**WORK TO COMPLETE**
Look through the data below for the line with "along normal blind 5" and the line with "line L10 (118, -49.2661) -> (118, -46.6661)", then output those two and all lines in between, exactly as written.

*** Opening of SOURCE INFORMATION ***

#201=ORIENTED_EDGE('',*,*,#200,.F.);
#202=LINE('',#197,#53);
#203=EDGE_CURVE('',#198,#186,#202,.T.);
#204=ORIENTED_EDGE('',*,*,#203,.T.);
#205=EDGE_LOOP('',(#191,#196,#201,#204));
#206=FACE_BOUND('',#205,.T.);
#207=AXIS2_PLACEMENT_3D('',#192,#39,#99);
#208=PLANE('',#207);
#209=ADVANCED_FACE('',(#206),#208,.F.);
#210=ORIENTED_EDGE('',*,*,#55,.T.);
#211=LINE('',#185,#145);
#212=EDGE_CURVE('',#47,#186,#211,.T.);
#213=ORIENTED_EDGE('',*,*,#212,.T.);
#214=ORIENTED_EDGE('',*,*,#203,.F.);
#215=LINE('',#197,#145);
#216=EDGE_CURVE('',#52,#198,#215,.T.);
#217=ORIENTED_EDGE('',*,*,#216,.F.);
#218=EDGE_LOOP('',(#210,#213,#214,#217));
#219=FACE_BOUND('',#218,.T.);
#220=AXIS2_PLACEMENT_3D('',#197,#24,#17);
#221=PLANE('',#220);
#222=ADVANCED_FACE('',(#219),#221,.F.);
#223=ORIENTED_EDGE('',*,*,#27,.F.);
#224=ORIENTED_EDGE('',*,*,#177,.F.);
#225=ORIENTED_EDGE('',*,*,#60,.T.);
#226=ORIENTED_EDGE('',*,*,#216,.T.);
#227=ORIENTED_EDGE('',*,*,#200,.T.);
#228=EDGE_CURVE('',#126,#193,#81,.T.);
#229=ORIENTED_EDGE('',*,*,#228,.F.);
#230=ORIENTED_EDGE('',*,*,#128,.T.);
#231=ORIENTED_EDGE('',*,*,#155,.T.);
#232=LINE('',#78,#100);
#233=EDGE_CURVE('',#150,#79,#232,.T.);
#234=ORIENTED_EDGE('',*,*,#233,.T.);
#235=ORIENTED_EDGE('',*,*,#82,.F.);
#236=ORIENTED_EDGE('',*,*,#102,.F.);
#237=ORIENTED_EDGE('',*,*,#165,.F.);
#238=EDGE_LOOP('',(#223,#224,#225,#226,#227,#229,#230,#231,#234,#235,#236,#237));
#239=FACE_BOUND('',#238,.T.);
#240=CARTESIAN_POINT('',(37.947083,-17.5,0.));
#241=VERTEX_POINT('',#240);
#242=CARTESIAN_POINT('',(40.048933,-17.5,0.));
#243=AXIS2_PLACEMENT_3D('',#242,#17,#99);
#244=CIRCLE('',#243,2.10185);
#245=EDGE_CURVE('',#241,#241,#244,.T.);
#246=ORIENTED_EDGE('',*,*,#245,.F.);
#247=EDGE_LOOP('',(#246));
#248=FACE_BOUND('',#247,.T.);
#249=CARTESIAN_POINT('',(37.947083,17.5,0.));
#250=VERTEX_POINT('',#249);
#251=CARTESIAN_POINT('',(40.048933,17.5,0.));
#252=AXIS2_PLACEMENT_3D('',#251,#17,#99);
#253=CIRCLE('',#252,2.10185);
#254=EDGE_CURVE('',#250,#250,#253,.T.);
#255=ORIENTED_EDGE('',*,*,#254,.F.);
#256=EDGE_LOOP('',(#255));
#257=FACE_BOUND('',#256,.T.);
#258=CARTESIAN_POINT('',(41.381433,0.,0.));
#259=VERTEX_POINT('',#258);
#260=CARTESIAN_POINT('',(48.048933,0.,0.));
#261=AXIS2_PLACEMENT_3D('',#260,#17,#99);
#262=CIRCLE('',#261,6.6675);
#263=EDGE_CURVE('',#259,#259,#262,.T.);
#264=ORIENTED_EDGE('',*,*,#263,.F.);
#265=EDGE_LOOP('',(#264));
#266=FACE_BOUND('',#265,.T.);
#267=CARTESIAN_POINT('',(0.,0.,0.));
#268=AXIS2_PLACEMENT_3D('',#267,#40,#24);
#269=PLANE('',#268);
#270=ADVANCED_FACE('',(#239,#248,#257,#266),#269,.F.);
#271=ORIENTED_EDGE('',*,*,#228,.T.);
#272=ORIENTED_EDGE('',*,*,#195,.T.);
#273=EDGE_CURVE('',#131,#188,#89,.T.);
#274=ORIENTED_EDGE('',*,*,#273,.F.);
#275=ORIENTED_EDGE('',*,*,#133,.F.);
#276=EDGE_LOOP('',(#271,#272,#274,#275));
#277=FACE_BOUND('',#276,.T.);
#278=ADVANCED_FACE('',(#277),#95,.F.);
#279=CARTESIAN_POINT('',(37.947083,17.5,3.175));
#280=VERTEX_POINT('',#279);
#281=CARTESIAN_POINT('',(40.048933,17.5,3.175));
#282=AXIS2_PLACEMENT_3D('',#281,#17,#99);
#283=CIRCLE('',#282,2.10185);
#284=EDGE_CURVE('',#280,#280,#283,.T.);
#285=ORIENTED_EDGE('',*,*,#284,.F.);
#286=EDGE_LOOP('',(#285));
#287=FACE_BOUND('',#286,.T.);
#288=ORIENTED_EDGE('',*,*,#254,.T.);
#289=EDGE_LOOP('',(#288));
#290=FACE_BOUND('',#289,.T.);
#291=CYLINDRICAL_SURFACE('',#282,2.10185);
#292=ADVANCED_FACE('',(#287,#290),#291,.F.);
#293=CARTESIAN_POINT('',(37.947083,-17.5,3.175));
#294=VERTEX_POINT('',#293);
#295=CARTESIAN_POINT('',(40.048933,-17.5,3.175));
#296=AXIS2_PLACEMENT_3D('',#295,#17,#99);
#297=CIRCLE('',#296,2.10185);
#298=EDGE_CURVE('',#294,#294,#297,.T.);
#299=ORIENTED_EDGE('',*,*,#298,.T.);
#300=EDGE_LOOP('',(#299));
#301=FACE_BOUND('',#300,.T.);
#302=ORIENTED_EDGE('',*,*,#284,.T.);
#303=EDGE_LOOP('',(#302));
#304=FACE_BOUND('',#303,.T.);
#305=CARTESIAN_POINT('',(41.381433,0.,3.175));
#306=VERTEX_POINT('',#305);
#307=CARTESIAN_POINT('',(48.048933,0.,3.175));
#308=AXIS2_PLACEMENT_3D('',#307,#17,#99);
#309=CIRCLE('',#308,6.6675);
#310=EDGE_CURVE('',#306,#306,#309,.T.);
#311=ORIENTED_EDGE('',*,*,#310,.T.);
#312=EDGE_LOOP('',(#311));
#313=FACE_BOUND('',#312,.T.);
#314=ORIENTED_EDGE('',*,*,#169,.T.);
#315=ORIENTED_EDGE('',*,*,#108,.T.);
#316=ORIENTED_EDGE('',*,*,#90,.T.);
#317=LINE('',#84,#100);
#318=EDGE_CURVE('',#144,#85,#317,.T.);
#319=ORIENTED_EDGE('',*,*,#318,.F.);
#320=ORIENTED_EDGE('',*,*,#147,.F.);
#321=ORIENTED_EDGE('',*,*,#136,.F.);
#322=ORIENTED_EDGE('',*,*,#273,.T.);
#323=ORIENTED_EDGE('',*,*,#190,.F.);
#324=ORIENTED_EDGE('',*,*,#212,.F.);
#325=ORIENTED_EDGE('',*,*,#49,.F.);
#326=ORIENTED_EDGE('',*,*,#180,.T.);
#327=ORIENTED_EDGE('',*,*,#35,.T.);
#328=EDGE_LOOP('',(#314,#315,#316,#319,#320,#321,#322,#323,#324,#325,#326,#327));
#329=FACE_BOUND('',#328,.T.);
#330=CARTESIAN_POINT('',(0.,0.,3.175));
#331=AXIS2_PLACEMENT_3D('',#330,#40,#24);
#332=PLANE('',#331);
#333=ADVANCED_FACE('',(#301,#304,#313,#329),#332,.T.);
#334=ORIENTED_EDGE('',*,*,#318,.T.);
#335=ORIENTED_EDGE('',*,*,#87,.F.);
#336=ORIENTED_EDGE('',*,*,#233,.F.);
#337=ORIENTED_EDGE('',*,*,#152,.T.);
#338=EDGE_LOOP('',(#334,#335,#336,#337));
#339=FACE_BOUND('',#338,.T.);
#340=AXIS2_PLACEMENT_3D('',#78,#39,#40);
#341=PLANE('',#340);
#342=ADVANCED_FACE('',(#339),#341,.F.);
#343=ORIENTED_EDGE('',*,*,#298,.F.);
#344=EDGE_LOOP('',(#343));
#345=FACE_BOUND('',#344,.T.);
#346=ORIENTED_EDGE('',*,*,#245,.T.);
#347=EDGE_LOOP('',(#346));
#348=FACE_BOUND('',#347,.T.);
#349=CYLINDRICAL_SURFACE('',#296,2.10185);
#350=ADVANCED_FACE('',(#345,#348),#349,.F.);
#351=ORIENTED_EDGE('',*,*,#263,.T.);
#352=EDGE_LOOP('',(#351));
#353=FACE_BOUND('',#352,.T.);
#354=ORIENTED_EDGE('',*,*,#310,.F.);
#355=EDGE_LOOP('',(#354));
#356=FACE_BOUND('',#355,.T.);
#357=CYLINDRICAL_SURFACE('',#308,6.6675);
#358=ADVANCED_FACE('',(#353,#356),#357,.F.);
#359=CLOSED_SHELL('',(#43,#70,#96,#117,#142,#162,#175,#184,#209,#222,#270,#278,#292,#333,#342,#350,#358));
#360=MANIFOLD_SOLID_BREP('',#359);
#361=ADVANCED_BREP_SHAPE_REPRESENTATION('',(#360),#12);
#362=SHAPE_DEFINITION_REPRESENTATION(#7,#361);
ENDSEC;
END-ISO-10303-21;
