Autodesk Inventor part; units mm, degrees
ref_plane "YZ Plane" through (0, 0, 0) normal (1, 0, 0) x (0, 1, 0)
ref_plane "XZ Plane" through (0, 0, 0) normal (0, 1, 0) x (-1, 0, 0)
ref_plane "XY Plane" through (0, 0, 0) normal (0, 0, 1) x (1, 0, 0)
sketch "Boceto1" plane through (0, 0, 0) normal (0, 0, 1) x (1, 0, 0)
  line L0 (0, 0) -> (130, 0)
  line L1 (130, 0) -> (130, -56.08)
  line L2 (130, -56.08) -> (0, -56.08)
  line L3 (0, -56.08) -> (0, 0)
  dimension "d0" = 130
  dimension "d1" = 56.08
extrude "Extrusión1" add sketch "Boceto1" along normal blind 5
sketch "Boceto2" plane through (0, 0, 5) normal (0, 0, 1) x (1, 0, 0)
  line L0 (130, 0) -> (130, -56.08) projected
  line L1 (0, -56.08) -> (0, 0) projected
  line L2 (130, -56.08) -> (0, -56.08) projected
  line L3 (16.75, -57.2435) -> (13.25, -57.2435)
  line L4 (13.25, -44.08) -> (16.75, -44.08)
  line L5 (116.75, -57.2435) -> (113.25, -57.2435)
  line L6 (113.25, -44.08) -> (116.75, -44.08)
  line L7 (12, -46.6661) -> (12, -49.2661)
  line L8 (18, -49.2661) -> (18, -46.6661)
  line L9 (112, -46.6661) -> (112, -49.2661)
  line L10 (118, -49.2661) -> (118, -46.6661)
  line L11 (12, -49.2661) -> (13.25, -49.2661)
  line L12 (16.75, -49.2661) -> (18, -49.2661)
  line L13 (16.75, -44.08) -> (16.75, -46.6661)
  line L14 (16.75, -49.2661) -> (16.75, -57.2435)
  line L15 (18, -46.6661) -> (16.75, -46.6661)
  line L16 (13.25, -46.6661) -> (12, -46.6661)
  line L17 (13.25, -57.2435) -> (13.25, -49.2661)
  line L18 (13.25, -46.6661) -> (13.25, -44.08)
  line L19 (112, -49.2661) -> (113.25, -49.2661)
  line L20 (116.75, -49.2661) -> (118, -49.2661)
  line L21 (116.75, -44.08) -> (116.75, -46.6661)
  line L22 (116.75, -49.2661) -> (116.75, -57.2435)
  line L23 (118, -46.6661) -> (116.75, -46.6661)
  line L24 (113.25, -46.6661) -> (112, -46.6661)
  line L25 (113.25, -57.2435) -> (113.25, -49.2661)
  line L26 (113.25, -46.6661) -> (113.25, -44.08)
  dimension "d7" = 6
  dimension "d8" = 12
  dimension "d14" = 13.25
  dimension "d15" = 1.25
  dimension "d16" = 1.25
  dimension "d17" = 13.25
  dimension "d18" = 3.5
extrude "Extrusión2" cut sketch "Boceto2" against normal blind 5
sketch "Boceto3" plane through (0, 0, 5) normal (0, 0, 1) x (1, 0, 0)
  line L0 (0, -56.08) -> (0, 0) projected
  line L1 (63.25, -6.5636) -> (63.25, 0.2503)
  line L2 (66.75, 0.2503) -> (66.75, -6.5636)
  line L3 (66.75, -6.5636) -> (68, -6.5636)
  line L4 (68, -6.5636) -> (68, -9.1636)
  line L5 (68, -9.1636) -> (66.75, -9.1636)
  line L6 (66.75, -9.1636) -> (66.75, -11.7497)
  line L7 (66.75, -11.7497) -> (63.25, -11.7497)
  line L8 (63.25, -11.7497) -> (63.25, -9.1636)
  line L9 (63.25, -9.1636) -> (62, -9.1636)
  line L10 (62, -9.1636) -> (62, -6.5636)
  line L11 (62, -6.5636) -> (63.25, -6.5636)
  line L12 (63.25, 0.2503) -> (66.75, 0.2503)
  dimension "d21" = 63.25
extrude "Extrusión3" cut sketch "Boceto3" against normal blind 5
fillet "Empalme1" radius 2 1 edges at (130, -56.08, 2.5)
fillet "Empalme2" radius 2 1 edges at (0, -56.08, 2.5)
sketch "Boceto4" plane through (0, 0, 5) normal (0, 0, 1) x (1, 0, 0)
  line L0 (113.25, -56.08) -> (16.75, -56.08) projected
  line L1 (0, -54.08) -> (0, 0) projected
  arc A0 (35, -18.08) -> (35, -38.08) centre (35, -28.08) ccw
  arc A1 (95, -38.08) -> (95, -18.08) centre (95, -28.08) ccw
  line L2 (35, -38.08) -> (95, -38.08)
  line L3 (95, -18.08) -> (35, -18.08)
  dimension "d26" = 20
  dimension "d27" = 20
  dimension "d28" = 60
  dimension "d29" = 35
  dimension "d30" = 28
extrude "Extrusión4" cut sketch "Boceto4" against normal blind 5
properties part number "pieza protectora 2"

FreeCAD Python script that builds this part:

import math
import FreeCAD as App
import Part
import Sketcher
from FreeCAD import Vector
Q = App.Units.Quantity


def edges_at(feature, points):
    """Names of the edges that pass closest to the given points."""
    edges = feature.Shape.Edges
    near = lambda p: min(range(len(edges)), key=lambda i: edges[i].distToShape(Part.Vertex(*p))[0])
    return sorted({f"Edge{near(p) + 1}" for p in points})

doc = App.newDocument("Part")
body = doc.addObject("PartDesign::Body", "Body")

# Sketch on XY plane
sketch1 = body.newObject("Sketcher::SketchObject", "Sketch")
sketch1.AttachmentSupport = (doc.getObject("XY_Plane"), [""])
sketch1.MapMode = "FlatFace"
sketch1.addGeometry([
    Part.LineSegment(Vector(130, 0, 0), Vector(0, 0, 0)),
    Part.LineSegment(Vector(0, 0, 0), Vector(0, -56, 0)),
    Part.LineSegment(Vector(0, -56, 0), Vector(130, -56, 0)),
    Part.LineSegment(Vector(130, -56, 0), Vector(130, 0, 0)),
], False)
sketch1.addConstraint([
    Sketcher.Constraint("Coincident", 0, 2, 1, 1),
    Sketcher.Constraint("Coincident", 1, 2, 2, 1),
    Sketcher.Constraint("Coincident", 2, 2, 3, 1),
    Sketcher.Constraint("Coincident", 3, 2, 0, 1),
    Sketcher.Constraint("Horizontal", 0),
    Sketcher.Constraint("Vertical", 1),
    Sketcher.Constraint("Horizontal", 2),
    Sketcher.Constraint("Vertical", 3),
    Sketcher.Constraint("Coincident", 0, 2, -1, 1),
    Sketcher.Constraint("DistanceX", 0, 2, 0, 1, Q("130 mm")),
    Sketcher.Constraint("DistanceY", 1, 2, 1, 1, Q("56.08 mm")),
])
pad1 = body.newObject("PartDesign::Pad", "Pad")
pad1.Profile = sketch1
pad1.Length = 5

# Sketch on XY plane
sketch2 = body.newObject("Sketcher::SketchObject", "Sketch001")
sketch2.AttachmentSupport = (doc.getObject("XY_Plane"), [""])
sketch2.MapMode = "FlatFace"
sketch2.AttachmentOffset = App.Placement(Vector(0, 0, 5), App.Rotation())
sketch2.addGeometry([
    Part.LineSegment(Vector(116.8, -57.2, 0), Vector(116.8, -49.3, 0)),  # 0
    Part.LineSegment(Vector(116.8, -49.3, 0), Vector(118, -49.3, 0)),  # 1
    Part.LineSegment(Vector(118, -49.3, 0), Vector(118, -46.7, 0)),  # 2
    Part.LineSegment(Vector(118, -46.7, 0), Vector(116.8, -46.7, 0)),  # 3
    Part.LineSegment(Vector(116.8, -46.7, 0), Vector(116.8, -44.1, 0)),  # 4
    Part.LineSegment(Vector(116.8, -44.1, 0), Vector(113.2, -44.1, 0)),  # 5
    Part.LineSegment(Vector(113.2, -44.1, 0), Vector(113.2, -46.7, 0)),  # 6
    Part.LineSegment(Vector(113.2, -46.7, 0), Vector(112, -46.7, 0)),  # 7
    Part.LineSegment(Vector(112, -46.7, 0), Vector(112, -49.3, 0)),  # 8
    Part.LineSegment(Vector(112, -49.3, 0), Vector(113.2, -49.3, 0)),  # 9
    Part.LineSegment(Vector(113.2, -49.3, 0), Vector(113.2, -57.2, 0)),  # 10
    Part.LineSegment(Vector(113.2, -57.2, 0), Vector(116.8, -57.2, 0)),  # 11
    Part.LineSegment(Vector(16.8, -57.2, 0), Vector(16.8, -49.3, 0)),  # 12
    Part.LineSegment(Vector(16.8, -49.3, 0), Vector(18, -49.3, 0)),  # 13
    Part.LineSegment(Vector(18, -49.3, 0), Vector(18, -46.7, 0)),  # 14
    Part.LineSegment(Vector(18, -46.7, 0), Vector(16.8, -46.7, 0)),  # 15
    Part.LineSegment(Vector(16.8, -46.7, 0), Vector(16.8, -44.1, 0)),  # 16
    Part.LineSegment(Vector(16.8, -44.1, 0), Vector(13.2, -44.1, 0)),  # 17
    Part.LineSegment(Vector(13.2, -44.1, 0), Vector(13.2, -46.7, 0)),  # 18
    Part.LineSegment(Vector(13.2, -46.7, 0), Vector(12, -46.7, 0)),  # 19
    Part.LineSegment(Vector(12, -46.7, 0), Vector(12, -49.3, 0)),  # 20
    Part.LineSegment(Vector(12, -49.3, 0), Vector(13.2, -49.3, 0)),  # 21
    Part.LineSegment(Vector(13.2, -49.3, 0), Vector(13.2, -57.2, 0)),  # 22
    Part.LineSegment(Vector(13.2, -57.2, 0), Vector(16.8, -57.2, 0)),  # 23
], False)
sketch2.addConstraint([
    Sketcher.Constraint("Coincident", 0, 2, 1, 1),
    Sketcher.Constraint("Coincident", 1, 2, 2, 1),
    Sketcher.Constraint("Coincident", 2, 2, 3, 1),
    Sketcher.Constraint("Coincident", 3, 2, 4, 1),
    Sketcher.Constraint("Coincident", 4, 2, 5, 1),
    Sketcher.Constraint("Coincident", 5, 2, 6, 1),
    Sketcher.Constraint("Coincident", 6, 2, 7, 1),
    Sketcher.Constraint("Coincident", 7, 2, 8, 1),
    Sketcher.Constraint("Coincident", 8, 2, 9, 1),
    Sketcher.Constraint("Coincident", 9, 2, 10, 1),
    Sketcher.Constraint("Coincident", 10, 2, 11, 1),
    Sketcher.Constraint("Coincident", 11, 2, 0, 1),
    Sketcher.Constraint("Coincident", 12, 2, 13, 1),
    Sketcher.Constraint("Coincident", 13, 2, 14, 1),
    Sketcher.Constraint("Coincident", 14, 2, 15, 1),
    Sketcher.Constraint("Coincident", 15, 2, 16, 1),
    Sketcher.Constraint("Coincident", 16, 2, 17, 1),
    Sketcher.Constraint("Coincident", 17, 2, 18, 1),
    Sketcher.Constraint("Coincident", 18, 2, 19, 1),
    Sketcher.Constraint("Coincident", 19, 2, 20, 1),
    Sketcher.Constraint("Coincident", 20, 2, 21, 1),
    Sketcher.Constraint("Coincident", 21, 2, 22, 1),
    Sketcher.Constraint("Coincident", 22, 2, 23, 1),
    Sketcher.Constraint("Coincident", 23, 2, 12, 1),
    Sketcher.Constraint("Vertical", 0),
    Sketcher.Constraint("Horizontal", 1),
    Sketcher.Constraint("Vertical", 2),
    Sketcher.Constraint("Horizontal", 3),
    Sketcher.Constraint("Vertical", 4),
    Sketcher.Constraint("Horizontal", 5),
    Sketcher.Constraint("Vertical", 6),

*** Close of SOURCE INFORMATION ***

**OUTPUT**
extrude "Extrusión1" add sketch "Boceto1" along normal blind 5
sketch "Boceto2" plane through (0, 0, 5) normal (0, 0, 1) x (1, 0, 0)
  line L0 (130, 0) -> (130, -56.08) projected
  line L1 (0, -56.08) -> (0, 0) projected
  line L2 (130, -56.08) -> (0, -56.08) projected
  line L3 (16.75, -57.2435) -> (13.25, -57.2435)
  line L4 (13.25, -44.08) -> (16.75, -44.08)
  line L5 (116.75, -57.2435) -> (113.25, -57.2435)
  line L6 (113.25, -44.08) -> (116.75, -44.08)
  line L7 (12, -46.6661) -> (12, -49.2661)
  line L8 (18, -49.2661) -> (18, -46.6661)
  line L9 (112, -46.6661) -> (112, -49.2661)
  line L10 (118, -49.2661) -> (118, -46.6661)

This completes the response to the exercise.